Try it - Exact copies of all the records below should be returned.

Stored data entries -
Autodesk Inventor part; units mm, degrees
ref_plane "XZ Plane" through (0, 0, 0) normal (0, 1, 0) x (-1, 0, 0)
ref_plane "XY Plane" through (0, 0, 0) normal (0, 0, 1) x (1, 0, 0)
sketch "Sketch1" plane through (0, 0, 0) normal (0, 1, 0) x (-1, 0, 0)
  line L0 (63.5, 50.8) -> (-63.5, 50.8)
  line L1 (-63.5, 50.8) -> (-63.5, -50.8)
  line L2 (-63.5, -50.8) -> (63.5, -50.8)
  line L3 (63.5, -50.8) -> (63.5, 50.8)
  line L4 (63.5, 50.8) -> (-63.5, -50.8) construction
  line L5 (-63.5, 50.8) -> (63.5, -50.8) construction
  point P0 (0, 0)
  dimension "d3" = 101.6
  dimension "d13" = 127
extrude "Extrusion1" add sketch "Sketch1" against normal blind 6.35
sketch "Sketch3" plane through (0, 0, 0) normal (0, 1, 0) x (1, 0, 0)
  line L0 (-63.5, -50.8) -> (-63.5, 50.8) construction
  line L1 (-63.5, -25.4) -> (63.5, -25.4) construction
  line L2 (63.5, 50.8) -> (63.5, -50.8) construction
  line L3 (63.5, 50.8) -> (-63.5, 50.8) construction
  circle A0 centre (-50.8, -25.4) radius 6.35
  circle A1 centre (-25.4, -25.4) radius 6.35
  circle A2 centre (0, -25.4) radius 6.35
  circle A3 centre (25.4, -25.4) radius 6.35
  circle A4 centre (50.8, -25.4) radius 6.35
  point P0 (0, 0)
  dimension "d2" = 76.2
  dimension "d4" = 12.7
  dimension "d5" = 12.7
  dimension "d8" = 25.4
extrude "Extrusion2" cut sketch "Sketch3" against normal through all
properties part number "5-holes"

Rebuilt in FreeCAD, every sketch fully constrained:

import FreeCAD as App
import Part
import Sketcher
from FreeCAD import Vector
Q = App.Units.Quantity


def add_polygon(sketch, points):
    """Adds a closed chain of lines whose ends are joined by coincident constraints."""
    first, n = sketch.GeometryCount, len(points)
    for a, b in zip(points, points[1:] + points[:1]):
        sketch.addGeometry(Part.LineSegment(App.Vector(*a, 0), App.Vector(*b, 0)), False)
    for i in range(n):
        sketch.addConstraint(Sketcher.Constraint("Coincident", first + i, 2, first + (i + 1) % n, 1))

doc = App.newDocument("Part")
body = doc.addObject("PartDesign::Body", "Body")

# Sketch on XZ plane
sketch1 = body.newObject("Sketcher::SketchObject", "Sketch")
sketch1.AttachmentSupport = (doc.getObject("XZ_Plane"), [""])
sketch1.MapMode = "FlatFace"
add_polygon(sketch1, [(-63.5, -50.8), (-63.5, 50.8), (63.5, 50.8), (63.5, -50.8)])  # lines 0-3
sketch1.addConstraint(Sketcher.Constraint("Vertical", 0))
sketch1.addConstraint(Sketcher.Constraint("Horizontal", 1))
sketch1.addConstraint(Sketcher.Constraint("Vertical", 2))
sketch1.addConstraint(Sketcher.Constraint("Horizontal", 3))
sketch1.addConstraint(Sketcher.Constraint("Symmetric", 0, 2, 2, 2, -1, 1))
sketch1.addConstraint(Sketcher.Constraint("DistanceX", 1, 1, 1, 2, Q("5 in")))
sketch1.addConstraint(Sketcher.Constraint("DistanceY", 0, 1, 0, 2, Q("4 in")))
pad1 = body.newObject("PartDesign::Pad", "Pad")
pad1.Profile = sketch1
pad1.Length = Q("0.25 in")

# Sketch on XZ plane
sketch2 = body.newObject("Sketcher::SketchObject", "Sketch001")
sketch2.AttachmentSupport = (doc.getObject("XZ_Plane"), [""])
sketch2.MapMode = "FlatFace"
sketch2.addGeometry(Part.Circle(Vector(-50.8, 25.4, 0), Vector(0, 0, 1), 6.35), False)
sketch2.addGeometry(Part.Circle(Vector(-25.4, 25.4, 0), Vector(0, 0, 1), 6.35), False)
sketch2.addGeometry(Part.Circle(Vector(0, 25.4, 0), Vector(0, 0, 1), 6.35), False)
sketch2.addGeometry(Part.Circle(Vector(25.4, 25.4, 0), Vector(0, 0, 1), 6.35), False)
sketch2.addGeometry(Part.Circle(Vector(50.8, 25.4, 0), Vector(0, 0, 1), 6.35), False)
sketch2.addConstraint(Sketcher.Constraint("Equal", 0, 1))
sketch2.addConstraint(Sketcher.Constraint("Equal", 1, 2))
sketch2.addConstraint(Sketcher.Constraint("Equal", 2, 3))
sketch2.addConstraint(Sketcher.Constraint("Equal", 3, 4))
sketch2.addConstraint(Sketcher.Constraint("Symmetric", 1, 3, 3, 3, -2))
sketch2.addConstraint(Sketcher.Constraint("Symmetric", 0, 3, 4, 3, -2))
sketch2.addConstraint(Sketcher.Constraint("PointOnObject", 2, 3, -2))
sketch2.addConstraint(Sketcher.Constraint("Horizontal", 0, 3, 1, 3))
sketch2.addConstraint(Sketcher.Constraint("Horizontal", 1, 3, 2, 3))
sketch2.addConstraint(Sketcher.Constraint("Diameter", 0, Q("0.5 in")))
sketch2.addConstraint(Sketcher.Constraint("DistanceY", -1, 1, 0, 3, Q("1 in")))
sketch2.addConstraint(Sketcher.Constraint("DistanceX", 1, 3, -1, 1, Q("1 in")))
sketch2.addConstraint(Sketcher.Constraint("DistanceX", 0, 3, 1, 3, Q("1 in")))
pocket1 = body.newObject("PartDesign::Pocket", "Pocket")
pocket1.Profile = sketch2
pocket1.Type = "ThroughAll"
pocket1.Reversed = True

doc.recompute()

Result -
Autodesk Inventor part; units mm, degrees
ref_plane "XZ Plane" through (0, 0, 0) normal (0, 1, 0) x (-1, 0, 0)
ref_plane "XY Plane" through (0, 0, 0) normal (0, 0, 1) x (1, 0, 0)
sketch "Sketch1" plane through (0, 0, 0) normal (0, 1, 0) x (-1, 0, 0)
  line L0 (63.5, 50.8) -> (-63.5, 50.8)
  line L1 (-63.5, 50.8) -> (-63.5, -50.8)
  line L2 (-63.5, -50.8) -> (63.5, -50.8)
  line L3 (63.5, -50.8) -> (63.5, 50.8)
  line L4 (63.5, 50.8) -> (-63.5, -50.8) construction
  line L5 (-63.5, 50.8) -> (63.5, -50.8) construction
  point P0 (0, 0)
  dimension "d3" = 101.6
  dimension "d13" = 127
extrude "Extrusion1" add sketch "Sketch1" against normal blind 6.35
sketch "Sketch3" plane through (0, 0, 0) normal (0, 1, 0) x (1, 0, 0)
  line L0 (-63.5, -50.8) -> (-63.5, 50.8) construction
  line L1 (-63.5, -25.4) -> (63.5, -25.4) construction
  line L2 (63.5, 50.8) -> (63.5, -50.8) construction
  line L3 (63.5, 50.8) -> (-63.5, 50.8) construction
  circle A0 centre (-50.8, -25.4) radius 6.35
  circle A1 centre (-25.4, -25.4) radius 6.35
  circle A2 centre (0, -25.4) radius 6.35
  circle A3 centre (25.4, -25.4) radius 6.35
  circle A4 centre (50.8, -25.4) radius 6.35
  point P0 (0, 0)
  dimension "d2" = 76.2
  dimension "d4" = 12.7
  dimension "d5" = 12.7
  dimension "d8" = 25.4
extrude "Extrusion2" cut sketch "Sketch3" against normal through all
properties part number "5-holes"

Rebuilt in FreeCAD, every sketch fully constrained:

import FreeCAD as App
import Part
import Sketcher
from FreeCAD import Vector
Q = App.Units.Quantity


def add_polygon(sketch, points):
    """Adds a closed chain of lines whose ends are joined by coincident constraints."""
    first, n = sketch.GeometryCount, len(points)
    for a, b in zip(points, points[1:] + points[:1]):
        sketch.addGeometry(Part.LineSegment(App.Vector(*a, 0), App.Vector(*b, 0)), False)
    for i in range(n):
        sketch.addConstraint(Sketcher.Constraint("Coincident", first + i, 2, first + (i + 1) % n, 1))

doc = App.newDocument("Part")
body = doc.addObject("PartDesign::Body", "Body")

# Sketch on XZ plane
sketch1 = body.newObject("Sketcher::SketchObject", "Sketch")
sketch1.AttachmentSupport = (doc.getObject("XZ_Plane"), [""])
sketch1.MapMode = "FlatFace"
add_polygon(sketch1, [(-63.5, -50.8), (-63.5, 50.8), (63.5, 50.8), (63.5, -50.8)])  # lines 0-3
sketch1.addConstraint(Sketcher.Constraint("Vertical", 0))
sketch1.addConstraint(Sketcher.Constraint("Horizontal", 1))
sketch1.addConstraint(Sketcher.Constraint("Vertical", 2))
sketch1.addConstraint(Sketcher.Constraint("Horizontal", 3))
sketch1.addConstraint(Sketcher.Constraint("Symmetric", 0, 2, 2, 2, -1, 1))
sketch1.addConstraint(Sketcher.Constraint("DistanceX", 1, 1, 1, 2, Q("5 in")))
sketch1.addConstraint(Sketcher.Constraint("DistanceY", 0, 1, 0, 2, Q("4 in")))
pad1 = body.newObject("PartDesign::Pad", "Pad")
pad1.Profile = sketch1
pad1.Length = Q("0.25 in")

# Sketch on XZ plane
sketch2 = body.newObject("Sketcher::SketchObject", "Sketch001")
sketch2.AttachmentSupport = (doc.getObject("XZ_Plane"), [""])
sketch2.MapMode = "FlatFace"
sketch2.addGeometry(Part.Circle(Vector(-50.8, 25.4, 0), Vector(0, 0, 1), 6.35), False)
sketch2.addGeometry(Part.Circle(Vector(-25.4, 25.4, 0), Vector(0, 0, 1), 6.35), False)
sketch2.addGeometry(Part.Circle(Vector(0, 25.4, 0), Vector(0, 0, 1), 6.35), False)
sketch2.addGeometry(Part.Circle(Vector(25.4, 25.4, 0), Vector(0, 0, 1), 6.35), False)
sketch2.addGeometry(Part.Circle(Vector(50.8, 25.4, 0), Vector(0, 0, 1), 6.35), False)
sketch2.addConstraint(Sketcher.Constraint("Equal", 0, 1))
sketch2.addConstraint(Sketcher.Constraint("Equal", 1, 2))
sketch2.addConstraint(Sketcher.Constraint("Equal", 2, 3))
sketch2.addConstraint(Sketcher.Constraint("Equal", 3, 4))
sketch2.addConstraint(Sketcher.Constraint("Symmetric", 1, 3, 3, 3, -2))
sketch2.addConstraint(Sketcher.Constraint("Symmetric", 0, 3, 4, 3, -2))
sketch2.addConstraint(Sketcher.Constraint("PointOnObject", 2, 3, -2))
sketch2.addConstraint(Sketcher.Constraint("Horizontal", 0, 3, 1, 3))
sketch2.addConstraint(Sketcher.Constraint("Horizontal", 1, 3, 2, 3))
sketch2.addConstraint(Sketcher.Constraint("Diameter", 0, Q("0.5 in")))
sketch2.addConstraint(Sketcher.Constraint("DistanceY", -1, 1, 0, 3, Q("1 in")))
sketch2.addConstraint(Sketcher.Constraint("DistanceX", 1, 3, -1, 1, Q("1 in")))
sketch2.addConstraint(Sketcher.Constraint("DistanceX", 0, 3, 1, 3, Q("1 in")))
pocket1 = body.newObject("PartDesign::Pocket", "Pocket")
pocket1.Profile = sketch2
pocket1.Type = "ThroughAll"
pocket1.Reversed = True

doc.recompute()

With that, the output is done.